Дурная, бульварная литература вызывает вкус к хорошей. Это, наверное, происходит таким же образом, как и с пивом: можно всю жизнь пить мочу, но всегда будешь мечтать о том самом, неповторимом и на мочу непохожем.
Мать принесла книгу Льва Аннинского. Сначала, по случайности, начал читать про Есенина. Сейчас - устав от сентиментального романчика, обернутого в мишуру детектива и мистики, - открыл статью о Маяковском. С удивлением узнал строки-слова-вервия первого абзаца: они попадались мне на олимпиаде. Господи! Если бы я это знал тогда!
Впрочем, бульварная литература годится не только для создания контраста, но и для возбуждения благословенной деятельной злости. В какой-то момент, пресытившись всем этим дерьмом, держа в уме тех, кто сияет путеводной звездой, начинаешь писать сам.
Жаль только, что подобная бессознательная злость - даже, наверное, ревность: мол, почему ты столько пишешь, столько получаешь за это, когда он! он - мертв? - не в состоянии дать необходимых сил для написания первого предложения. Вероятно, я не окажусь далеко от истины, если предположу, что эта злость мало того, что бессознательная, так еще и бессодержательная. Содержание должно идти не от внешнего раздражения, но от внутреннего оголенного нерва. Или, как заметила Надежда Яковлевна, тема должна прийти сама - ведь это явление, а не рациональный замысел. И, сокрее всего, явление из глубин, из чего-то древнего, чего-то слишком естественного, чтобы быть понятым на рациональном уровне. Борьба с энтропией - это не тема и даже не цель. Энтропия - не оголяет человеческий нерв, нет, это просто внешнее условие. А вот внутренняя невозможность определиться - да. Определение с добром, со злом, со своим местом и именем в этом мире - вот что заложено, на мой взгляд в человеке; мы сами определяем свою судьбу и себя в мире - не эвфемерные и неоднозначные понятия, придуманные такими же, как мы.

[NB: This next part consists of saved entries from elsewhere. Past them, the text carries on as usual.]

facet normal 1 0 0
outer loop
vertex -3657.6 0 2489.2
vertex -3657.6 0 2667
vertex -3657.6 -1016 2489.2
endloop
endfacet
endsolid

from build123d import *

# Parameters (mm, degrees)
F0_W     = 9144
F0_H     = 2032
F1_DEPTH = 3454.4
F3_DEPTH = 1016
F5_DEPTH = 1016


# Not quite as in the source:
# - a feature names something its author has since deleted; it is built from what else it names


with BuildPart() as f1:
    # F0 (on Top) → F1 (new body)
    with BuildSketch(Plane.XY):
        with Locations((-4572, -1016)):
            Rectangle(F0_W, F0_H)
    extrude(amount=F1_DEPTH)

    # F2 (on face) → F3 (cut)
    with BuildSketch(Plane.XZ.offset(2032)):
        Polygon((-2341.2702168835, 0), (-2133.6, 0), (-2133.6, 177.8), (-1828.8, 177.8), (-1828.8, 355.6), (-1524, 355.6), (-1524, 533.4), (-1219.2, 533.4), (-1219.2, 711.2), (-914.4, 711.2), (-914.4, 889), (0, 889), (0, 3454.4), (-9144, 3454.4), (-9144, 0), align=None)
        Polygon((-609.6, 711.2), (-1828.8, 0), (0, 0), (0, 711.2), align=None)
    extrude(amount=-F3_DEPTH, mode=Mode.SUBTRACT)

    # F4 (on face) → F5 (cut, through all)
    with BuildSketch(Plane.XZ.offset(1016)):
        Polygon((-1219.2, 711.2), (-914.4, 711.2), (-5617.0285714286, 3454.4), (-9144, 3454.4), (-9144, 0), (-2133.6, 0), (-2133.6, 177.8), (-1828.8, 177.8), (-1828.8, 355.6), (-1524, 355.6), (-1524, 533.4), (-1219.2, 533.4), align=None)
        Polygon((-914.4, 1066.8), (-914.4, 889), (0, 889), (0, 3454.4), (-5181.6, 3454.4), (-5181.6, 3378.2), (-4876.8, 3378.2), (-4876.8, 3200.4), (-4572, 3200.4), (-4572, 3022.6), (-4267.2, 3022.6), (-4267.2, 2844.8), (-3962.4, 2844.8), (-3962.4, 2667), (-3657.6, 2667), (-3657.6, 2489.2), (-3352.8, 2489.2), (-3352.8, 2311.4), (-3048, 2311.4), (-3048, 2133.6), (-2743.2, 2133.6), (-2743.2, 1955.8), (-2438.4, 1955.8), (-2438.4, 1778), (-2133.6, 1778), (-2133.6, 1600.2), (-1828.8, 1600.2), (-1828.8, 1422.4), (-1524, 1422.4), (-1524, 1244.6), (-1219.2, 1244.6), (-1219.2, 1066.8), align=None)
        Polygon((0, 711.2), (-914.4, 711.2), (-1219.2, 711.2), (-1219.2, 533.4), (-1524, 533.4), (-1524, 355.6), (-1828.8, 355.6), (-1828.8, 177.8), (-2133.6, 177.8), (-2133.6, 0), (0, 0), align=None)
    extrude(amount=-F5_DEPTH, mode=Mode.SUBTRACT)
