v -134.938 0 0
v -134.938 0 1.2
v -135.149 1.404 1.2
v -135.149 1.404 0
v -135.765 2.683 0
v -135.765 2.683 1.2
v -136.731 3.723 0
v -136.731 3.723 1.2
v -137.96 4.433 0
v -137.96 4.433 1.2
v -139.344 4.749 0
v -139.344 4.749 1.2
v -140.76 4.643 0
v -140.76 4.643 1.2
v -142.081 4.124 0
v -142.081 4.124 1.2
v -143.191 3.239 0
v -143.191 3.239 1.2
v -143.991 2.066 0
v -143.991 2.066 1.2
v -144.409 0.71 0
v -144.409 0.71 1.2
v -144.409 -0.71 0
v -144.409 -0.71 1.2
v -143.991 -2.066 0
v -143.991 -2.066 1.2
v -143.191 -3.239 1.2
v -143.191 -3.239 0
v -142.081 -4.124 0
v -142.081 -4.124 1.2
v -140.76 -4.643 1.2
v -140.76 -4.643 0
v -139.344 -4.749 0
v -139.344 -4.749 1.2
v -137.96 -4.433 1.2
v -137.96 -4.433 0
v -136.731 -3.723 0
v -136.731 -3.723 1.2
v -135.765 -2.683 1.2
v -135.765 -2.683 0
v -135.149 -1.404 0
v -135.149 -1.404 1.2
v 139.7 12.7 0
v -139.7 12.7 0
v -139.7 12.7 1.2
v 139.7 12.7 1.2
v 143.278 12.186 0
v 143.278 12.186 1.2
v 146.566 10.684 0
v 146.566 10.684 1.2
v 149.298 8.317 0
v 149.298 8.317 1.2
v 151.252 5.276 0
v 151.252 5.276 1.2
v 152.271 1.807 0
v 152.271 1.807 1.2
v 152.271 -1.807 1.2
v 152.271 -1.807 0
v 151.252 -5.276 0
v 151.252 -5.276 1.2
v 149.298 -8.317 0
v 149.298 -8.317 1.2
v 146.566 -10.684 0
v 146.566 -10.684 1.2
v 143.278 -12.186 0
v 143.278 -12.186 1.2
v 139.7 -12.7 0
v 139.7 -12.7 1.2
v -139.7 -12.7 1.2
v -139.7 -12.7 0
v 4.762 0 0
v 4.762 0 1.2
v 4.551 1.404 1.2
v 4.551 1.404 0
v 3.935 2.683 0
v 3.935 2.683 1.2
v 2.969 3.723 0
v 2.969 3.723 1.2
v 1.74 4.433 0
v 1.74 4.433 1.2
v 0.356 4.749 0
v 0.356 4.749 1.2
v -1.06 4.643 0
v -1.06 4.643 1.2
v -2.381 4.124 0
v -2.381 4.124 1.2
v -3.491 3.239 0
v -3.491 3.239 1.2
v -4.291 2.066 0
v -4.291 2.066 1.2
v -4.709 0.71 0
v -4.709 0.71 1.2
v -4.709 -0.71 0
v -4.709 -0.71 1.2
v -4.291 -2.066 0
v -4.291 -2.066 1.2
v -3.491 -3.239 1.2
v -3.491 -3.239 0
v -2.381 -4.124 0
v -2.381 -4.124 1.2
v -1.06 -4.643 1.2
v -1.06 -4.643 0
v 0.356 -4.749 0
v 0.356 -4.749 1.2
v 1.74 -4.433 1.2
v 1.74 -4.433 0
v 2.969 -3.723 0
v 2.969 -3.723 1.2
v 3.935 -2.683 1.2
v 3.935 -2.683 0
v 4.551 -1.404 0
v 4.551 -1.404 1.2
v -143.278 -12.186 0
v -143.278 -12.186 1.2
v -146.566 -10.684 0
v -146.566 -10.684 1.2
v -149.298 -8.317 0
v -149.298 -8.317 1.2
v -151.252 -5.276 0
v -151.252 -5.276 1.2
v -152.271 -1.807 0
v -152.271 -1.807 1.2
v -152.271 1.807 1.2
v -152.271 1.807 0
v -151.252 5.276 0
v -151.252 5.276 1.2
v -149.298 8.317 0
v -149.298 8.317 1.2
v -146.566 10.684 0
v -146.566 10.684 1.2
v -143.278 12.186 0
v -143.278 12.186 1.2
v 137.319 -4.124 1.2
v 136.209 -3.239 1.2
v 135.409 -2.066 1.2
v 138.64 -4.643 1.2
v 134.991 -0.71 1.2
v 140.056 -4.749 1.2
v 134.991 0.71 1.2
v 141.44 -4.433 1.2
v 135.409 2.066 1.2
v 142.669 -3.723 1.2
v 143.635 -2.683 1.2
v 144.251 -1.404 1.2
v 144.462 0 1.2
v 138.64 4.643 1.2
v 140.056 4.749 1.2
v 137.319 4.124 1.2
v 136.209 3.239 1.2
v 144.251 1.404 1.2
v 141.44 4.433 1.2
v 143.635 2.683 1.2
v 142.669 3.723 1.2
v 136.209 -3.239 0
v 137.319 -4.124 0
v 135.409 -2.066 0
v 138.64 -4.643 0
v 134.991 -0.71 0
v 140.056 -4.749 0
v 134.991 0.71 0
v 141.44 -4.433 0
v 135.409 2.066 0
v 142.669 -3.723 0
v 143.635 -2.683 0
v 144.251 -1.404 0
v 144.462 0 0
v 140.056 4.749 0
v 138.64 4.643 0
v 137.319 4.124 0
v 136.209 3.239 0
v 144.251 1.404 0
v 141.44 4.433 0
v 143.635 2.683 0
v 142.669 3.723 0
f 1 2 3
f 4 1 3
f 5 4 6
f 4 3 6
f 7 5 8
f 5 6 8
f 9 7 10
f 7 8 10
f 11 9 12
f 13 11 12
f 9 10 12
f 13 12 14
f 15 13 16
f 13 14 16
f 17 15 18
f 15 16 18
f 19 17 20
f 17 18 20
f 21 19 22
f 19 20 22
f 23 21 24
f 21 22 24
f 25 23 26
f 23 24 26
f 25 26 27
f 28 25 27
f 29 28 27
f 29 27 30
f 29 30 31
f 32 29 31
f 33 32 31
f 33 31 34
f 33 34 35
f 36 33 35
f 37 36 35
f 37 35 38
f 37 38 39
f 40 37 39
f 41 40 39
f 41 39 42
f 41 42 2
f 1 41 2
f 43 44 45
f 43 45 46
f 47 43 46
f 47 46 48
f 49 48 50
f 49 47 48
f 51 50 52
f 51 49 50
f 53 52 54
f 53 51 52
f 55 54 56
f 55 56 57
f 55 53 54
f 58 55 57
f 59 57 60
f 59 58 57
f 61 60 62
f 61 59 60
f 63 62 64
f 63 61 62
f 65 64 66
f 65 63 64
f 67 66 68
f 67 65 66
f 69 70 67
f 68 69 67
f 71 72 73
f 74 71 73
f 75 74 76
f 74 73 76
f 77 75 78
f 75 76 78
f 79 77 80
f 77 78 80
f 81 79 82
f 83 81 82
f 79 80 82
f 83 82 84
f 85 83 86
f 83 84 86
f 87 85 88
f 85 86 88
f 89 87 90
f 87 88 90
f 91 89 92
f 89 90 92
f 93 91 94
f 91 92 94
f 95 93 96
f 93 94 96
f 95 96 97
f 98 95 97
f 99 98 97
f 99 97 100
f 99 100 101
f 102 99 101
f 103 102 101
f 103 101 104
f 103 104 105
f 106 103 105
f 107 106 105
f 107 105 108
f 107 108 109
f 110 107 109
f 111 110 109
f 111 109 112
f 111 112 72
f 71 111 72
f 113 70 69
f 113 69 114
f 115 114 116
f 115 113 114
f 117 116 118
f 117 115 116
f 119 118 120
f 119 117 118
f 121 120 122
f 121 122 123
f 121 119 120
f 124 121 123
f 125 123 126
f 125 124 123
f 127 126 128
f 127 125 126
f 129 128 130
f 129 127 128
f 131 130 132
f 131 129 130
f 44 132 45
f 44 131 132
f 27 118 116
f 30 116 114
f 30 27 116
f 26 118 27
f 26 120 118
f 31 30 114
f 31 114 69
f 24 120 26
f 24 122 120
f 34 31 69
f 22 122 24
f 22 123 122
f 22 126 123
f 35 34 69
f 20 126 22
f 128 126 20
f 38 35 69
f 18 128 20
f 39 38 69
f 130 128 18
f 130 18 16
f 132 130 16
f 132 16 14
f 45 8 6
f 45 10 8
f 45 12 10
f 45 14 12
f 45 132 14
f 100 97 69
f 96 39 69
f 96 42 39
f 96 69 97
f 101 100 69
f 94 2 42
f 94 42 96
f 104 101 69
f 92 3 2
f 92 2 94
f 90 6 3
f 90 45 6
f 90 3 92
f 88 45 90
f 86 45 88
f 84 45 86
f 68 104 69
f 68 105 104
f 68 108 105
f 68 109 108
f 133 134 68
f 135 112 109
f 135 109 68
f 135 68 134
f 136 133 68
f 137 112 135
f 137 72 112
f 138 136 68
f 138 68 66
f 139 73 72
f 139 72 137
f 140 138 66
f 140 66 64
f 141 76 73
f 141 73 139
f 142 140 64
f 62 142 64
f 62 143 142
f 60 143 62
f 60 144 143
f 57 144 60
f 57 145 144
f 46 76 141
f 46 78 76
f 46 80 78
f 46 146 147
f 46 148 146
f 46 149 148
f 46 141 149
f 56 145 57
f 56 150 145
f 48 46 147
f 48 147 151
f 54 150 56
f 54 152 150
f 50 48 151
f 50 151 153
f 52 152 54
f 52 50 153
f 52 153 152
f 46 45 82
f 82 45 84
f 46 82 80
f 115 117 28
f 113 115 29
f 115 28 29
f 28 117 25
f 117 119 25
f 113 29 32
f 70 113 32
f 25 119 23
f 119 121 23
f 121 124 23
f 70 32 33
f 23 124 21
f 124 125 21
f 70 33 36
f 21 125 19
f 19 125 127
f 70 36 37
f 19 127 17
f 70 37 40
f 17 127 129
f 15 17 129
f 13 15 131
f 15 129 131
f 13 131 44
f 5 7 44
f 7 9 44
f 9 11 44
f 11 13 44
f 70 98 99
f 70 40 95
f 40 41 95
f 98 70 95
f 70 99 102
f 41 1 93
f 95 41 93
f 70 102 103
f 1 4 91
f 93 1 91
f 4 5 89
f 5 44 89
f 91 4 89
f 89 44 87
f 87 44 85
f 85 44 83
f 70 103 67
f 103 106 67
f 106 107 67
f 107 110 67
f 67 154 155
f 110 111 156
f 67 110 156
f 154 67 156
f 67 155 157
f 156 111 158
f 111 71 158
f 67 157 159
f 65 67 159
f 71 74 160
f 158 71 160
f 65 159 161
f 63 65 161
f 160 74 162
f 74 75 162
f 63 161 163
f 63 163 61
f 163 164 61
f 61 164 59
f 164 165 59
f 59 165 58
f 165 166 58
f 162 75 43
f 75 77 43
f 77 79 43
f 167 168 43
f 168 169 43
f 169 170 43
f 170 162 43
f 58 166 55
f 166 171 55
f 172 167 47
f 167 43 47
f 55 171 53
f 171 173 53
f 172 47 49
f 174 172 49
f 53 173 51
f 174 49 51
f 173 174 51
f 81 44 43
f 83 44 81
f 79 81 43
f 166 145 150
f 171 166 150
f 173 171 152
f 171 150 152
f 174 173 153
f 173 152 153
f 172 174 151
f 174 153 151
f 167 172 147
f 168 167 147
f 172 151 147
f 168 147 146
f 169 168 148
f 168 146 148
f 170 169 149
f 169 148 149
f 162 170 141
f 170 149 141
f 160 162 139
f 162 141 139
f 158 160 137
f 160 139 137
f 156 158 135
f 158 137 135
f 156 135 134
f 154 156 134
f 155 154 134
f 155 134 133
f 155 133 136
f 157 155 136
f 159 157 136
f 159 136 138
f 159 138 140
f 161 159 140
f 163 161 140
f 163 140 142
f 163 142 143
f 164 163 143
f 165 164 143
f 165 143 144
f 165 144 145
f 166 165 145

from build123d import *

# Parameters (mm, degrees)
SKETCH1_W           = 279.4
SKETCH1_H           = 25.4
BOSS_EXTRUDE1_DEPTH = 1.2
SKETCH2_R           = 4.7625
CUT_EXTRUDE1_DEPTH  = 2.2
SKETCH3_R           = 4.7625
CUT_EXTRUDE2_DEPTH  = 2.2


with BuildPart() as part:
    # Sketch1 → Boss-Extrude1 (new body)
    with BuildSketch(Plane.XY):
        Rectangle(SKETCH1_W, SKETCH1_H)
        with BuildLine():
            ThreePointArc((139.7, 12.7), (152.4, 0), (139.7, -12.7))
            Line((139.7, -12.7), (139.7, 12.7))
        make_face()
        with BuildLine():
            Line((-139.7, 12.7), (-139.7, -12.7))
            ThreePointArc((-139.7, -12.7), (-152.4, 0), (-139.7, 12.7))
        make_face()
    extrude(amount=BOSS_EXTRUDE1_DEPTH)

    # Sketch2 → Cut-Extrude1 (cut, through all)
    with BuildSketch(Plane.XY.offset(1.2)):
        Circle(SKETCH2_R)
    extrude(amount=-CUT_EXTRUDE1_DEPTH, mode=Mode.SUBTRACT)

    # Sketch3 → Cut-Extrude2 (cut, through all)
    with BuildSketch(Plane.XY.offset(1.2)):
        with Locations((-139.7, 0)):
            Circle(SKETCH3_R)
        with Locations((139.7, 0)):
            Circle(SKETCH3_R)
    extrude(amount=-CUT_EXTRUDE2_DEPTH, mode=Mode.SUBTRACT)


solid = part.part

Мы - нет, уместнее сказать - я с великой чуткостью откликаюсь на мельчайшие колебания мнений обо мне, с такой чуткостью, что мне даже стыдно это признавать. Я всегда хотел, желал быть человеком свободным от всего этого дерьма. Не носить галстук, если на то уж пошло, не работать с восьми до шести; быть свободным и жить настоящим. Не думать о том, что если я скажу что-то не так, то испорчу с кем-нибудь отношения, а этот человек мог бы быть полезен и бла-бла-бла. Просто быть тем, кто я есть на самом деле. И даже, наверное, не думать о чувствах других, а делать и говорить то, что считаю правильным и честным. Можно называть это самодостаточностью, но я назову это более широким словом - "свобода".
И мне больно от этого, потому что такая свобода - это тоже смерть.